There needs to be two separate matches. The first match would have only group 1. The second match would have group 1 and group 3.

If anyone needs more information, please don't hesitate to ask. The CMS is built in PHP using the CakePHP framework.

Big kudos to anyone who can help me out :D!

A: 

Your syntax is too complicated for regular expressions. You need a context-free grammar. (Read up on the Chomsky hierarchy to understand why.)

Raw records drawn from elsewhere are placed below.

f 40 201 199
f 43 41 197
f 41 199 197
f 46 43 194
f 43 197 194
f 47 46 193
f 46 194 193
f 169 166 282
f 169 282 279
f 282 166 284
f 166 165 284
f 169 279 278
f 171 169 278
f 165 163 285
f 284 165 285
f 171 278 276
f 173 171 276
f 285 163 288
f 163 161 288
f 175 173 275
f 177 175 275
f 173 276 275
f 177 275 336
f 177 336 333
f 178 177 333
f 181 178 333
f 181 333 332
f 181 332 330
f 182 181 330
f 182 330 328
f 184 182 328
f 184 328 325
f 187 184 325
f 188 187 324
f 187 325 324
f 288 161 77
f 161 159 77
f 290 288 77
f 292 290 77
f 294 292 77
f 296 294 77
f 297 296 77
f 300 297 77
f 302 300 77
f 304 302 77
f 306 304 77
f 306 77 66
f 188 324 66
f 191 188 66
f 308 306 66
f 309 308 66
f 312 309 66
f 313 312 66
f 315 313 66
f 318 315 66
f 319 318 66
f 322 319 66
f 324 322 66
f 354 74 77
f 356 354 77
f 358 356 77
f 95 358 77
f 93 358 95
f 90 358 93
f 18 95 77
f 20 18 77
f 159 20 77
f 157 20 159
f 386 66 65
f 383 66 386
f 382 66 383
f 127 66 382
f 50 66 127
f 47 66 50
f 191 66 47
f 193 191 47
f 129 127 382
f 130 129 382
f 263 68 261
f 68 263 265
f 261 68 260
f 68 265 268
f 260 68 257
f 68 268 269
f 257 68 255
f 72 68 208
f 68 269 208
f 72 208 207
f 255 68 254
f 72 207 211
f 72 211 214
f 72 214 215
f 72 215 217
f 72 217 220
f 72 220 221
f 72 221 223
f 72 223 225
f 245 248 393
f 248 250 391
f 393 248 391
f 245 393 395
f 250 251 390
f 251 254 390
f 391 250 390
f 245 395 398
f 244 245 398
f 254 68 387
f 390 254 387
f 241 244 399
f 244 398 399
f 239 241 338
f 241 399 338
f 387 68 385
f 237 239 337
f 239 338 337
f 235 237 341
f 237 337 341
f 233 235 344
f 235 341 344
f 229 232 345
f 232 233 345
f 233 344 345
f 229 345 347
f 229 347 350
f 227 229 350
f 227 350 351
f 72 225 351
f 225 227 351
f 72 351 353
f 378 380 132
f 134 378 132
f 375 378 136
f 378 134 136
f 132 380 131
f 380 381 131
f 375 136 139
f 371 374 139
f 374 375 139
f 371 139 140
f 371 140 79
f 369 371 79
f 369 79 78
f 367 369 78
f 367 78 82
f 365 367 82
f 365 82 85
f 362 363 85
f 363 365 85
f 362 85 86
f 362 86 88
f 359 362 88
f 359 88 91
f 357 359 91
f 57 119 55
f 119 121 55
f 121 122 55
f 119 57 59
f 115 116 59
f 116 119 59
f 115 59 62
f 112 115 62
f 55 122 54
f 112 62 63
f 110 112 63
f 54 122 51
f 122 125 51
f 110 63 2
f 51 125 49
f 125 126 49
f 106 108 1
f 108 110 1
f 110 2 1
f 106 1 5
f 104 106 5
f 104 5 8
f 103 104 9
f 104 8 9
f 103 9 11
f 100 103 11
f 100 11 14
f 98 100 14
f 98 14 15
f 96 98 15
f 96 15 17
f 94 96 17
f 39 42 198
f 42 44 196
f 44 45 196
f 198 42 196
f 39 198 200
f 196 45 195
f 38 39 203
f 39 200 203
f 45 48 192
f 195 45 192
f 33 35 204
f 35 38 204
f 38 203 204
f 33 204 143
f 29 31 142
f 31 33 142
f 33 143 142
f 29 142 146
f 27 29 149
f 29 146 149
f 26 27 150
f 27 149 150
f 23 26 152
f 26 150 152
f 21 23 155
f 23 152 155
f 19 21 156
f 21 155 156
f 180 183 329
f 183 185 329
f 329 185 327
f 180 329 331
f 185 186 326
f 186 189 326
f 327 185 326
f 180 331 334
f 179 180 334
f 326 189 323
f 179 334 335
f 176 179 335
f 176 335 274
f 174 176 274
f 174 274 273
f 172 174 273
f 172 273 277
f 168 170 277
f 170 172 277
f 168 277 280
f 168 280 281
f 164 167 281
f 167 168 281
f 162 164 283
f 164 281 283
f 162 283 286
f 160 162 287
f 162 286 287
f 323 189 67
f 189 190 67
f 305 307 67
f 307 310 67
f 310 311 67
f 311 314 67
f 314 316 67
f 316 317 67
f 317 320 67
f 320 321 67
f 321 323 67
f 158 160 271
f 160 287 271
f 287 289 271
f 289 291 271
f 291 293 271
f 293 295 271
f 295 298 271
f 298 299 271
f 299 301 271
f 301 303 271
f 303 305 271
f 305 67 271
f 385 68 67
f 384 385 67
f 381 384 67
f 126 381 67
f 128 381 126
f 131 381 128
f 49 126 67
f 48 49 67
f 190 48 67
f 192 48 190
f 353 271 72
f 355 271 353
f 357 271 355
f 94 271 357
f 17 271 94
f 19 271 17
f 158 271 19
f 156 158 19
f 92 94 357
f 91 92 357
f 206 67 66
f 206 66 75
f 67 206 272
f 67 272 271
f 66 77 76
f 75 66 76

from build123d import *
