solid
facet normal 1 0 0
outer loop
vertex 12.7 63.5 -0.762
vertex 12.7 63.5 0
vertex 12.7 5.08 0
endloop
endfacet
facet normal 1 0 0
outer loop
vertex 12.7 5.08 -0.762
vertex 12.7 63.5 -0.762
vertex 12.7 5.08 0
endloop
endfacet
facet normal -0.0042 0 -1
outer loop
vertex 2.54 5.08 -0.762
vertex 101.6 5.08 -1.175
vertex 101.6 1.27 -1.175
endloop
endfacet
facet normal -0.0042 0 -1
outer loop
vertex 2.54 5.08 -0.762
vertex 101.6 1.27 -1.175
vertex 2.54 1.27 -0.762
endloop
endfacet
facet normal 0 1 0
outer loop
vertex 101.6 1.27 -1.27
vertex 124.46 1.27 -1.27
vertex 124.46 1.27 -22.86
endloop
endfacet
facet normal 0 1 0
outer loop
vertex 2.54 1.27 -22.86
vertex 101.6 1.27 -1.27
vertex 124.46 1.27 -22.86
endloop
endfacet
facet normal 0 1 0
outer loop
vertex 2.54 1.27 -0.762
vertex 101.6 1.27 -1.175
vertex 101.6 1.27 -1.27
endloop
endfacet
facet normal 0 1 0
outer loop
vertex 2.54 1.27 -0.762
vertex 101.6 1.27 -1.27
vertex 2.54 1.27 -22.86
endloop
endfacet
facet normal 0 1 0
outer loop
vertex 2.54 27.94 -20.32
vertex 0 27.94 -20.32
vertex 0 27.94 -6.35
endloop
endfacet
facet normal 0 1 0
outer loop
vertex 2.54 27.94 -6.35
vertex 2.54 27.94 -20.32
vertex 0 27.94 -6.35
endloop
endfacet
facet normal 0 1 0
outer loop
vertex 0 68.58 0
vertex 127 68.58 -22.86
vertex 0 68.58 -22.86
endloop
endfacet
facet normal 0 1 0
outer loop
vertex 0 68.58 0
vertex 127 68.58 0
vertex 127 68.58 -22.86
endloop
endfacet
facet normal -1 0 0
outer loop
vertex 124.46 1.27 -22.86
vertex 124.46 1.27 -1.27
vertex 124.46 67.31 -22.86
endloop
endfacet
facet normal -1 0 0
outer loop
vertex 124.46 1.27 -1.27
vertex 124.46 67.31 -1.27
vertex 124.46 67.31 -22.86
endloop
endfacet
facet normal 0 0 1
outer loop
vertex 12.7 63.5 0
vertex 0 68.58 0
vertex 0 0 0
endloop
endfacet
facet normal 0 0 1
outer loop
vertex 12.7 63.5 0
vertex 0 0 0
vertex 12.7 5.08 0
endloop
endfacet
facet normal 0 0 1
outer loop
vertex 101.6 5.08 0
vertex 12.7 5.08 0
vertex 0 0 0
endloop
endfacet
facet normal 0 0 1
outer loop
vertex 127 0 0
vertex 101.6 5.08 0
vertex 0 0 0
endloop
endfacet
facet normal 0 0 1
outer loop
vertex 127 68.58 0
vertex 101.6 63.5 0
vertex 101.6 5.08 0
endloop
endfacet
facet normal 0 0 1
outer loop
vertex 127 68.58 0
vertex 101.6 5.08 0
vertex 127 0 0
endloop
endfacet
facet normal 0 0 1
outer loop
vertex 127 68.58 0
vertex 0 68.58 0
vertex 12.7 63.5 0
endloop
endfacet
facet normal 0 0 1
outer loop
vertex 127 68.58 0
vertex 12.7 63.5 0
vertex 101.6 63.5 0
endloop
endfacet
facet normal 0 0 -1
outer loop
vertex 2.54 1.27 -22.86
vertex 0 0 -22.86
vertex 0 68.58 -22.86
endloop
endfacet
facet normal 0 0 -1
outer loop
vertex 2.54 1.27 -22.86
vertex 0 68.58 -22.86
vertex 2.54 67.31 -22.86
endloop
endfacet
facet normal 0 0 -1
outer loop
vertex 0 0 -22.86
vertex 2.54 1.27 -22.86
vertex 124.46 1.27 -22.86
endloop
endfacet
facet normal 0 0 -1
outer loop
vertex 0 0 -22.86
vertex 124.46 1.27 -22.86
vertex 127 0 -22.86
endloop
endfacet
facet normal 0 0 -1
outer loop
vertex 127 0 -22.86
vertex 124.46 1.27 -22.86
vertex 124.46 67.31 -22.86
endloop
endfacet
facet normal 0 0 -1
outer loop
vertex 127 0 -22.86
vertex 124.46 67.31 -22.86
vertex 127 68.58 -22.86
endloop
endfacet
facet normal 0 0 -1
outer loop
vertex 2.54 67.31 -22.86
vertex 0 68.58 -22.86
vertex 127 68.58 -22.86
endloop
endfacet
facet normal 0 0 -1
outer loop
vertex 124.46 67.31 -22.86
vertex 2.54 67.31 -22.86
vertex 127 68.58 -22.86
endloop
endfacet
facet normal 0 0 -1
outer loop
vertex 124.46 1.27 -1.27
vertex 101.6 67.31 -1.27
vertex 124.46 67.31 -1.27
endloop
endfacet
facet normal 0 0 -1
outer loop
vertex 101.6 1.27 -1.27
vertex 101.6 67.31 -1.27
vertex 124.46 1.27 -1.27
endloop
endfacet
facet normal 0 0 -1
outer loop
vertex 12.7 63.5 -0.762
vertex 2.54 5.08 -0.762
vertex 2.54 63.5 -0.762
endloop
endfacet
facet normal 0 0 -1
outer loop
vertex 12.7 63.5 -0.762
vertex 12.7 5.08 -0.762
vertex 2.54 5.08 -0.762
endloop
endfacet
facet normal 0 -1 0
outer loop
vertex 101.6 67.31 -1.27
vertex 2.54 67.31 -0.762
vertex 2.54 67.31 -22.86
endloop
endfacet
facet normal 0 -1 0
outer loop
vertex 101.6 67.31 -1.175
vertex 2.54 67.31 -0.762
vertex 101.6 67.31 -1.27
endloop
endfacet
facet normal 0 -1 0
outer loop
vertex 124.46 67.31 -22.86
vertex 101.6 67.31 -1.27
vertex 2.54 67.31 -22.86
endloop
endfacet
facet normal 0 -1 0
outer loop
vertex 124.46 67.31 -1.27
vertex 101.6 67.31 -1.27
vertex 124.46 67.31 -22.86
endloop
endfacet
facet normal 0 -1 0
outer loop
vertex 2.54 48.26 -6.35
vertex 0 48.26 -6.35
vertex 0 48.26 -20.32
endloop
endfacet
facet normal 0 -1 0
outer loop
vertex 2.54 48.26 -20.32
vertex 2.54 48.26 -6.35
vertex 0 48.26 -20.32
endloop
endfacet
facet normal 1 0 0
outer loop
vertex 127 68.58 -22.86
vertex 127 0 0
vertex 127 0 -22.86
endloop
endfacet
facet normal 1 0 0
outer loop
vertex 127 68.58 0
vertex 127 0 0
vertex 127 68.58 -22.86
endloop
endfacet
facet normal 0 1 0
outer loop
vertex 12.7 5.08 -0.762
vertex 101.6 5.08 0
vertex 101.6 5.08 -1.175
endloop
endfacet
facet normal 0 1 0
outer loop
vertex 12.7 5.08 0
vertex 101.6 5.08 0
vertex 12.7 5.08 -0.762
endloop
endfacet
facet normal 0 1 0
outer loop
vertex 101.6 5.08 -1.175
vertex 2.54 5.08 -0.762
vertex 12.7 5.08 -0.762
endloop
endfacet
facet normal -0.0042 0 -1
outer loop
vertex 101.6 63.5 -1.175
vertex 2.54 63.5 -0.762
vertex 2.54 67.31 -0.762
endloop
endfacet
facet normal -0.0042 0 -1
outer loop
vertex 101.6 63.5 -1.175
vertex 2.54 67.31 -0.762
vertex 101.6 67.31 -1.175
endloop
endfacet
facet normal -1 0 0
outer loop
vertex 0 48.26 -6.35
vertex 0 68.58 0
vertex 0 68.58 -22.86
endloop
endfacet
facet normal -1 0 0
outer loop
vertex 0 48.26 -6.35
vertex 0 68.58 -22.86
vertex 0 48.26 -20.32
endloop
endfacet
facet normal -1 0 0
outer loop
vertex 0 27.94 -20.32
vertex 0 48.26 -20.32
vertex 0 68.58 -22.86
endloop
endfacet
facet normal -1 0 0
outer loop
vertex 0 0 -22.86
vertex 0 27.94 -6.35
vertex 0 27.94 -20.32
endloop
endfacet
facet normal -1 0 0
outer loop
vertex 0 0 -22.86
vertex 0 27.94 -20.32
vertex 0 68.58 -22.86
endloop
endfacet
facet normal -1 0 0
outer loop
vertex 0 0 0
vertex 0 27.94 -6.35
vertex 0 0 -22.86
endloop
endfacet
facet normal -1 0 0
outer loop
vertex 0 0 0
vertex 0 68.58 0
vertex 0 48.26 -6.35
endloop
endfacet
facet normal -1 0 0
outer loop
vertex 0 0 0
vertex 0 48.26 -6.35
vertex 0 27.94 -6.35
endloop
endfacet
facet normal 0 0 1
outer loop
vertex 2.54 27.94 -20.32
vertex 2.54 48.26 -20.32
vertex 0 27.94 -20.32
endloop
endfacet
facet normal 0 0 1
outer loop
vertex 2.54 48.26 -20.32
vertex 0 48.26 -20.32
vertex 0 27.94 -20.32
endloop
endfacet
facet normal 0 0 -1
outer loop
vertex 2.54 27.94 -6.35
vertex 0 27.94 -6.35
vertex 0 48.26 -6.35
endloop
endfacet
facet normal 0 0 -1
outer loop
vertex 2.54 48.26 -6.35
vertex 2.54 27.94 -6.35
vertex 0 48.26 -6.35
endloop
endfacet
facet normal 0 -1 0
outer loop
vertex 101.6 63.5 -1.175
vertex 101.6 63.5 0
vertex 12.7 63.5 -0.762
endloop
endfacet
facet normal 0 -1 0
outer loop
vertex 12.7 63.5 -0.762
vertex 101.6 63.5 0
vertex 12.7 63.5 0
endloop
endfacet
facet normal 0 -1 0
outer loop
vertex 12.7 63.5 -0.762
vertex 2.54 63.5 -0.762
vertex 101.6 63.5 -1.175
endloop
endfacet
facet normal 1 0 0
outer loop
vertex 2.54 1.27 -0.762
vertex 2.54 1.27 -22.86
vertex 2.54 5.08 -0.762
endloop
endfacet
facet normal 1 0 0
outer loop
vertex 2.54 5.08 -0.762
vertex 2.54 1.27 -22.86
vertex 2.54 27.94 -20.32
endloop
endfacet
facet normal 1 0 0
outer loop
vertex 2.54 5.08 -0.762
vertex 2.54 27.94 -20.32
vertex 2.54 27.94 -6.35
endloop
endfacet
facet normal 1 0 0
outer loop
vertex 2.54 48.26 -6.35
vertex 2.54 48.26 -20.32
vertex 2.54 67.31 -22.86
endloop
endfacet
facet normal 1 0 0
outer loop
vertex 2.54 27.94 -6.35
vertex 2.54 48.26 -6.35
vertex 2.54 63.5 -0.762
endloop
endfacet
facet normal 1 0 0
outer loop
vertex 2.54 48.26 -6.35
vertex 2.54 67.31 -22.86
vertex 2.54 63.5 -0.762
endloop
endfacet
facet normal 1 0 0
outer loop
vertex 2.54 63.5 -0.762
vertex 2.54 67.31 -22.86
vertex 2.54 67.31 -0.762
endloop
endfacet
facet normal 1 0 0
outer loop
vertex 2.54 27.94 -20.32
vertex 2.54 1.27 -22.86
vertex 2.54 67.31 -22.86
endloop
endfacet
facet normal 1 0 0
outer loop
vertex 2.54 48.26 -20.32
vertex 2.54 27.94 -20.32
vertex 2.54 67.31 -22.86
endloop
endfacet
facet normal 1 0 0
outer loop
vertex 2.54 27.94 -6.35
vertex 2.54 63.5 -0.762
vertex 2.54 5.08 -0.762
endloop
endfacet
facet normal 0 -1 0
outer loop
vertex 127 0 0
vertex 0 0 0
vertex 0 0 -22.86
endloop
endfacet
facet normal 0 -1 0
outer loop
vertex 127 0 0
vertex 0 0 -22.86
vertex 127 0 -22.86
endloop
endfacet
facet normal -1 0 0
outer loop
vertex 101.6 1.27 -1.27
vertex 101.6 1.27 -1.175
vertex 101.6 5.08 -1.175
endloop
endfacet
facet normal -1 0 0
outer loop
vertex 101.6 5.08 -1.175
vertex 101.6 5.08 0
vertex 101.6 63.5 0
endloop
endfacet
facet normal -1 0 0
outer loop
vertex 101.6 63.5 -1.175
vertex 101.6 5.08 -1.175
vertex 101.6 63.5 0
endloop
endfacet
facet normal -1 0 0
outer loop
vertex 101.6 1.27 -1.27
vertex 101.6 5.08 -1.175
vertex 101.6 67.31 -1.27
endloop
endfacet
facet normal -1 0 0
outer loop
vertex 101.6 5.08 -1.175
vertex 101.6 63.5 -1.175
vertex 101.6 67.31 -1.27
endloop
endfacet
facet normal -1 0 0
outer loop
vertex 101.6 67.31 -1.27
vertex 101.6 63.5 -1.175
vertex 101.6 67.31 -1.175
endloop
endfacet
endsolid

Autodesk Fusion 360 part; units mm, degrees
sketch "Sketch1" plane through (0, 0, 0) normal (0, 0, 1) x (1, 0, 0)
  line L0 (0, 0) -> (127, 0)
  line L1 (127, 0) -> (127, 68.58)
  line L2 (127, 68.58) -> (0, 68.58)
  line L3 (0, 68.58) -> (0, 0)
  line L4 (0, 0) -> (0, 34.29)
  line L5 (0, 34.29) -> (12.7, 34.29)
  line L6 (101.6, 0) -> (101.6, 63.5)
  line L7 (101.6, 63.5) -> (12.7, 63.5)
  line L8 (12.7, 63.5) -> (12.7, 0)
  line L9 (101.6, 5.08) -> (12.7, 5.08)
  dimension "d1" = 127
  dimension "d2" = 68.58
  dimension "d3" = 34.29
  dimension "d4" = 12.7
  dimension "d6" = 63.5
extrude "Extrude1" add sketch "Sketch1" against normal blind 22.86 contours L0 L3 L4 L5 L8 | L0 L6 L8 L9 | L0 L1 L2 L3 L5 L6 L7 L8
sketch "Sketch2" plane through (0, 0, 0) normal (-1, 0, 0) x (0, -1, 0)
  line L0 (0, 0) -> (-68.58, 0)
  line L1 (-68.58, 0) -> (-68.58, -22.86)
  line L2 (-68.58, -22.86) -> (0, -22.86)
  line L3 (0, -22.86) -> (0, 0)
  line L4 (-68.58, -22.86) -> (-68.58, -20.32)
  line L5 (-27.94, -20.32) -> (-27.94, -6.35)
  line L6 (-27.94, -6.35) -> (-48.26, -6.35)
  line L7 (-48.26, -6.35) -> (-48.26, -20.32)
  line L8 (-48.26, -20.32) -> (-27.94, -20.32)
  dimension "d12" = 13.97
extrude "Extrude2" cut sketch "Sketch2" against normal blind 5.08 contours L5 L6 L7 L8
sketch "Sketch3" plane through (101.6, 0, 0) normal (-1, 0, 0) x (0, -1, 0)
  line L0 (-5.08, 0) -> (-63.5, 0)
  line L1 (-63.5, 0) -> (-63.5, -22.86)
  line L2 (-63.5, -22.86) -> (-5.08, -22.86)
  line L3 (-5.08, -22.86) -> (-5.08, 0)
  line L4 (-63.5, -22.86) -> (-63.5, -1.27)
  line L5 (-63.5, -1.27) -> (-5.08, -1.27)
  line L6 (-5.08, -22.86) -> (-5.08, -1.27)
  line L7 (-63.5, -22.86) -> (-5.08, -22.86)
extrude "Extrude3" cut sketch "Sketch3" against normal blind 22.86 contours L1 L2 L3 L4 L5 L6 L7
sketch "Sketch4" plane through (12.7, 0, 0) normal (1, 0, 0) x (0, 1, 0)
  line L0 (63.5, 0) -> (5.08, 0)
  line L1 (5.08, 0) -> (5.08, -22.86)
  line L2 (5.08, -22.86) -> (63.5, -22.86)
  line L3 (63.5, -22.86) -> (63.5, 0)
  line L4 (5.08, -22.86) -> (5.08, -0.762)
  line L5 (5.08, -0.762) -> (63.5, -0.762)
  line L6 (63.5, -22.86) -> (63.5, -0.762)
  line L7 (63.5, -22.86) -> (5.08, -22.86)
extrude "Extrude4" cut sketch "Sketch4" against normal blind 10.16 contours L1 L2 L3 L4 L5 L6 L7
sketch "Sketch5" plane through (0, 63.5, 0) normal (0, -1, 0) x (1, 0, 0)
  line L0 (101.6, 0) -> (12.7, 0)
  line L1 (12.7, 0) -> (12.7, -0.762)
  line L2 (12.7, -0.762) -> (2.54, -0.762)
  line L3 (2.54, -0.762) -> (2.54, -22.86)
  line L4 (2.54, -22.86) -> (124.46, -22.86)
  line L5 (124.46, -22.86) -> (124.46, -1.27)
  line L6 (124.46, -1.27) -> (101.6, -1.27)
  line L7 (101.6, -1.27) -> (101.6, 0)
  line L8 (2.54, -0.762) -> (124.46, -1.27)
  line L9 (124.46, -22.86) -> (2.54, -22.86)
  line L10 (2.54, -0.762) -> (2.54, -21.3653)
extrude "Extrude5" cut sketch "Sketch5" against normal blind 3.81 contours L3 L4 L5 L6 L7 L8 L9 L10
sketch "Sketch6" plane through (0, 5.08, 0) normal (0, 1, 0) x (-1, 0, 0)
  line L0 (-12.7, 0) -> (-101.6, 0)
  line L1 (-101.6, 0) -> (-101.6, -1.27)
  line L2 (-101.6, -1.27) -> (-124.46, -1.27)
  line L3 (-124.46, -1.27) -> (-124.46, -22.86)
  line L4 (-124.46, -22.86) -> (-2.54, -22.86)
  line L5 (-2.54, -22.86) -> (-2.54, -0.762)
  line L6 (-2.54, -0.762) -> (-12.7, -0.762)
  line L7 (-12.7, -0.762) -> (-12.7, 0)
  line L8 (-124.46, -1.27) -> (-2.54, -0.762)
  line L9 (-2.54, -22.86) -> (-124.46, -22.86)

I second the recommendation to use an existing template language (such as Smarty) rather than inventing your own.

Zack
Greetings Zack, thanks for your reply. I'm sorry but I do not have the mental capacity to follow anything that has been written on that article you posted. As for my syntax, it seems pretty simple to me. I've got the RegEx working, it just needs some fine tuning.As for using another template language, I'm not going to do that. I haven't found one I like nor one that will fit nicely into how my CMS works. The one I've written works but just needs some fine tuning.
Cody Lundquist
I'll try to summarize: you showed several examples that hinge on tags being nested inside other tags' parameters or content. It is *mathematically impossible* for regular expressions to process a syntax that involves nesting. You may be able to get it working on toy examples but you will not be able to make it handle the general case. A context-free parser is the correct tool for this job. And it will make your performance problem go away, too. http://stackoverflow.com/questions/133601/can-regular-expressions-be-used-to-match-nested-patterns discusses the problem you're facing with less math.
Zack
I see what you are getting at but no, my template engine does not need to be recursive like you think. These tags are not allowed to be inside of one another. The only nesting is my conditional parser and those are working just fine. So you can't have something like: {static:input:foo param="{static:input:bar}"}.
Cody Lundquist
That's basically what I meant by "you may be able to get it working on toy examples". Technically, context-free parsers are only *necessary* if you have *unlimited* nesting; up to any fixed level you *can* do it with regexes. However, you are making life harder for yourself by insisting on regexes. Your second and third problems (where things don't match what you want them to) are trivial to solve in a context-free grammar, but enormously difficult in REs, and like I said, your performance problem will also vanish if you switch.
Zack
A: 

I've come up with a solution that is working very nicely for now. I'm going through and grabbing all the paired tags first and then grabbing the single tags after that. I then use PHP to do the recursive aspect of tags being inside other tags content.

The suggestion that dogmatic69 came up with might be a more complete fix further down the track.

Thank you all for your suggestions and possible solutions.